2. Investigate how different fertility and mortality situations affect the stable population characteristics. Obtain eigendecompositions of different combinations of high and low fertility/mortality countries and look at the implied growth rates and population age structures.

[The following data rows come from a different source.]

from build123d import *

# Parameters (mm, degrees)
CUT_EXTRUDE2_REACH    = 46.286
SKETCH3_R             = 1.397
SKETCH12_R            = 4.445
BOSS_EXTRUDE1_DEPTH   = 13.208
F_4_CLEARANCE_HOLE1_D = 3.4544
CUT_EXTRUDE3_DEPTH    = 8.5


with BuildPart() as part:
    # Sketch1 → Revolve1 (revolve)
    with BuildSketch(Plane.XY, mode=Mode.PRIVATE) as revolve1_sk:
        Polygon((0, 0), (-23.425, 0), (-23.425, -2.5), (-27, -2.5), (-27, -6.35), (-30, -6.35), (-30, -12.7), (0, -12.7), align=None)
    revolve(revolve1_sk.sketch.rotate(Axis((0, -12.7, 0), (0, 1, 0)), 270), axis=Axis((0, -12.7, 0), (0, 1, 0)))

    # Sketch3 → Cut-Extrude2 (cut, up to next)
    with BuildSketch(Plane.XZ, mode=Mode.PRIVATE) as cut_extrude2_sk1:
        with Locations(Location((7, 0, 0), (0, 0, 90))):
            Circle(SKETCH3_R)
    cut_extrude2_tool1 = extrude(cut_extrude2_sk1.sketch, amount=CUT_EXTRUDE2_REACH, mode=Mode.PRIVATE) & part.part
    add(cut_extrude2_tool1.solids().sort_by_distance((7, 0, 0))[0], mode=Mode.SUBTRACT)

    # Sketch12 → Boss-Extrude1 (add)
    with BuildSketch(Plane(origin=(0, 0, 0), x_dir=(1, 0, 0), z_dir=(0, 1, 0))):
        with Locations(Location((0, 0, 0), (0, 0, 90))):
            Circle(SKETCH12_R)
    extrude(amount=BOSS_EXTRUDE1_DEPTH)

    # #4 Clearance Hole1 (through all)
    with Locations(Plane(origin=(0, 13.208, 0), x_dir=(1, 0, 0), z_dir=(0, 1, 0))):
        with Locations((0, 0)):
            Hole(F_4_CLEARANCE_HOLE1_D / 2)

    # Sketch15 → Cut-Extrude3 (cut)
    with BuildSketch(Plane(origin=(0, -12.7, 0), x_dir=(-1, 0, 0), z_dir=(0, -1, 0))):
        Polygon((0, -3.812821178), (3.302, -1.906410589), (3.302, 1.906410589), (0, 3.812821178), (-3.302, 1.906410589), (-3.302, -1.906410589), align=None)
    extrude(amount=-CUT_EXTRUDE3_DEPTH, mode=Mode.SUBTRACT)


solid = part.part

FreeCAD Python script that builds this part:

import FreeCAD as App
import Part
import Sketcher
Q = App.Units.Quantity

doc = App.newDocument("Part")
body = doc.addObject("PartDesign::Body", "Body")

sketch1 = body.newObject("Sketcher::SketchObject", "Sketch")
sketch1.AttachmentSupport = (doc.getObject("XY_Plane"), [""])
sketch1.MapMode = "FlatFace"
sketch1.addGeometry([
    Part.LineSegment(App.Vector(0, 0, 0), App.Vector(-23.4, 0, 0)),
    Part.LineSegment(App.Vector(-23.4, 0, 0), App.Vector(-23.4, -2.5, 0)),
    Part.LineSegment(App.Vector(-23.4, -2.5, 0), App.Vector(-27, -2.5, 0)),
    Part.LineSegment(App.Vector(-27, -2.5, 0), App.Vector(-27, -6.3, 0)),
    Part.LineSegment(App.Vector(-27, -6.3, 0), App.Vector(-30, -6.3, 0)),
    Part.LineSegment(App.Vector(-30, -6.3, 0), App.Vector(-30, -12.7, 0)),
    Part.LineSegment(App.Vector(-30, -12.7, 0), App.Vector(0, -12.7, 0)),
    Part.LineSegment(App.Vector(0, -12.7, 0), App.Vector(0, 0, 0)),
], False)
sketch1.addConstraint([
    Sketcher.Constraint("Coincident", 0, 2, 1, 1),
    Sketcher.Constraint("Coincident", 1, 2, 2, 1),
    Sketcher.Constraint("Coincident", 2, 2, 3, 1),
    Sketcher.Constraint("Coincident", 3, 2, 4, 1),
    Sketcher.Constraint("Coincident", 4, 2, 5, 1),
    Sketcher.Constraint("Coincident", 5, 2, 6, 1),
    Sketcher.Constraint("Coincident", 6, 2, 7, 1),
    Sketcher.Constraint("Coincident", 7, 2, 0, 1),
    Sketcher.Constraint("Horizontal", 0),
    Sketcher.Constraint("Vertical", 1),
    Sketcher.Constraint("Horizontal", 2),
    Sketcher.Constraint("Vertical", 3),
    Sketcher.Constraint("Horizontal", 4),
    Sketcher.Constraint("Vertical", 5),
    Sketcher.Constraint("Horizontal", 6),
    Sketcher.Constraint("Vertical", 7),
    Sketcher.Constraint("Coincident", 7, 2, -1, 1),
    Sketcher.Constraint("DistanceY", 7, 1, 7, 2, Q("0.5 in")),
    Sketcher.Constraint("DistanceY", 5, 2, 5, 1, Q("0.25 in")),
    Sketcher.Constraint("DistanceX", 0, 2, 0, 1, Q("23.425 mm")),
    Sketcher.Constraint("DistanceX", 2, 2, 2, 1, Q("3.575 mm")),
    Sketcher.Constraint("DistanceX", 4, 2, 4, 1, Q("3 mm")),
    Sketcher.Constraint("DistanceY", 1, 2, 1, 1, Q("2.5 mm")),
])
revolution = body.newObject("PartDesign::Revolution", "Revolution")
revolution.Profile = sketch1
revolution.ReferenceAxis = (sketch1, ["V_Axis"])
revolution.Angle = 360

sketch2 = body.newObject("Sketcher::SketchObject", "Sketch001")
sketch2.AttachmentSupport = (doc.getObject("XZ_Plane"), [""])
sketch2.MapMode = "FlatFace"
sketch2.addGeometry(Part.Circle(App.Vector(7, 0, 0), App.Vector(0, 0, 1), 1.4), False)
sketch2.addConstraint([
    Sketcher.Constraint("PointOnObject", 0, 3, -1),
    Sketcher.Constraint("Diameter", 0, Q("0.11 in")),
    Sketcher.Constraint("DistanceX", -1, 1, 0, 3, Q("7 mm")),
])
pocket1 = body.newObject("PartDesign::Pocket", "Pocket")
pocket1.Profile = sketch2
pocket1.Type = "UpToFirst"
pocket1.Reversed = True

sketch3 = body.newObject("Sketcher::SketchObject", "Sketch002")
sketch3.AttachmentSupport = (doc.getObject("XZ_Plane"), [""])
sketch3.MapMode = "FlatFace"
sketch3.addGeometry(Part.Circle(App.Vector(0, 0, 0), App.Vector(0, 0, 1), 4.4), False)
sketch3.addConstraint([
    Sketcher.Constraint("Coincident", 0, 3, -1, 1),
    Sketcher.Constraint("Diameter", 0, Q("0.35 in")),
])
pad1 = body.newObject("PartDesign::Pad", "Pad")
pad1.Profile = sketch3
pad1.Length = Q("0.52 in")
pad1.Reversed = True

sketch4 = body.newObject("Sketcher::SketchObject", "Sketch003")
sketch4.AttachmentSupport = (doc.getObject("XZ_Plane"), [""])
sketch4.MapMode = "FlatFace"
sketch4.AttachmentOffset = App.Placement(App.Vector(0, 0, -0.52 * 25.4), App.Rotation())
sketch4.addGeometry(Part.Circle(App.Vector(0, 0, 0), App.Vector(0, 0, 1), 1.7), False)
sketch4.addConstraint([
    Sketcher.Constraint("Coincident", 0, 3, -1, 1),
    Sketcher.Constraint("Diameter", 0, Q("0.136 in")),
])
doc.recompute()
hole = body.newObject("PartDesign::Hole", "Hole")
hole.Profile = sketch4
hole.ThreadType = "None"
hole.Diameter = Q("0.136 in")
hole.DepthType = "ThroughAll"
hole.Reversed = True

sketch5 = body.newObject("Sketcher::SketchObject", "Sketch004")
sketch5.AttachmentSupport = (doc.getObject("XZ_Plane"), [""])
sketch5.MapMode = "FlatFace"
sketch5.AttachmentOffset = App.Placement(App.Vector(0, 0, 0.5 * 25.4), App.Rotation())
sketch5.addGeometry([
    Part.LineSegment(App.Vector(0, 3.8, 0), App.Vector(-3.3, 1.9, 0)),
    Part.LineSegment(App.Vector(-3.3, 1.9, 0), App.Vector(-3.3, -1.9, 0)),
    Part.LineSegment(App.Vector(-3.3, -1.9, 0), App.Vector(0, -3.8, 0)),
    Part.LineSegment(App.Vector(0, -3.8, 0), App.Vector(3.3, -1.9, 0)),
    Part.LineSegment(App.Vector(3.3, -1.9, 0), App.Vector(3.3, 1.9, 0)),
    Part.LineSegment(App.Vector(3.3, 1.9, 0), App.Vector(0, 3.8, 0)),
], False)
sketch5.addConstraint([
    Sketcher.Constraint("Coincident", 0, 2, 1, 1),
    Sketcher.Constraint("Coincident", 1, 2, 2, 1),
    Sketcher.Constraint("Coincident", 2, 2, 3, 1),
    Sketcher.Constraint("Coincident", 3, 2, 4, 1),
    Sketcher.Constraint("Coincident", 4, 2, 5, 1),
    Sketcher.Constraint("Coincident", 5, 2, 0, 1),
    Sketcher.Constraint("Vertical", 1),
    Sketcher.Constraint("Vertical", 4),
    Sketcher.Constraint("Symmetric", 0, 2, 3, 2, -1, 1),
    Sketcher.Constraint("Symmetric", 2, 2, 5, 2, -1, 1),
    Sketcher.Constraint("PointOnObject", 2, 2, -2),
    Sketcher.Constraint("Parallel", 2, 5),
    Sketcher.Constraint("Horizontal", 1, 2, 3, 2),
    Sketcher.Constraint("Angle", 0, Q("-150 deg")),
    Sketcher.Constraint("DistanceX", 0, 2, -1, 1, Q("0.13 in")),
    Sketcher.Constraint("DistanceY", 1, 2, 1, 1, Q("3.812821 mm")),
])
pocket2 = body.newObject("PartDesign::Pocket", "Pocket001")
pocket2.Profile = sketch5
pocket2.Length = 8.5

doc.recompute()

Here, we’ll investigate two different combinations:
## high fertility country (Niger) with a low mortality county (Singapore)
LSN <- leslie(nLx = d$nLx[d$country=="Singapore"],
nFx = d$nFx[d$country=="Niger"])
eigen.SN <- eigen(LSN)
r.SN <- log(Re(eigen.SN$value[1]))/5
v <- Re(eigen.SN$vectors[,1])
k.SN <- v/sum(v)
ages <- seq(0, 45, by = 5)
ggplot(data = data.frame(age = ages, proportion = k.SN), aes(x = age, y = proportion))+
geom_bar(stat = 'identity')+
coord_flip()+
ggtitle("Stable age population structure")
r.SN
## [1] 0.04766744
The implied growth rate in a country with low mortality and high fertility is very high. The population age distribution is heavily skewed towards the earlier age groups — this is an example of an “expansive” age pyramid.
## high fertility and low mortality
LNS <- leslie(nLx = d$nLx[d$country=="Niger"],
nFx = d$nFx[d$country=="Singapore"])
eigen.NS <- eigen(LNS)
r.NS <- log(Re(eigen.NS$value[1]))/5
v <- Re(eigen.NS$vectors[,1])
k.NS <- v/sum(v)
ages <- seq(0, 45, by = 5)
ggplot(data = data.frame(age = ages, proportion = k.NS), aes(x = age, y = proportion))+
geom_bar(stat = 'identity')+
coord_flip()+
ggtitle("Stable age population structure")
r.NS
## [1] -0.02113221
The implied growth rate in a country with high mortality and low fertility is negative (population size is decreasing over time). The population age distribution is heavily skewed towards the older age groups. This is an example of an “restrictive” age pyramid.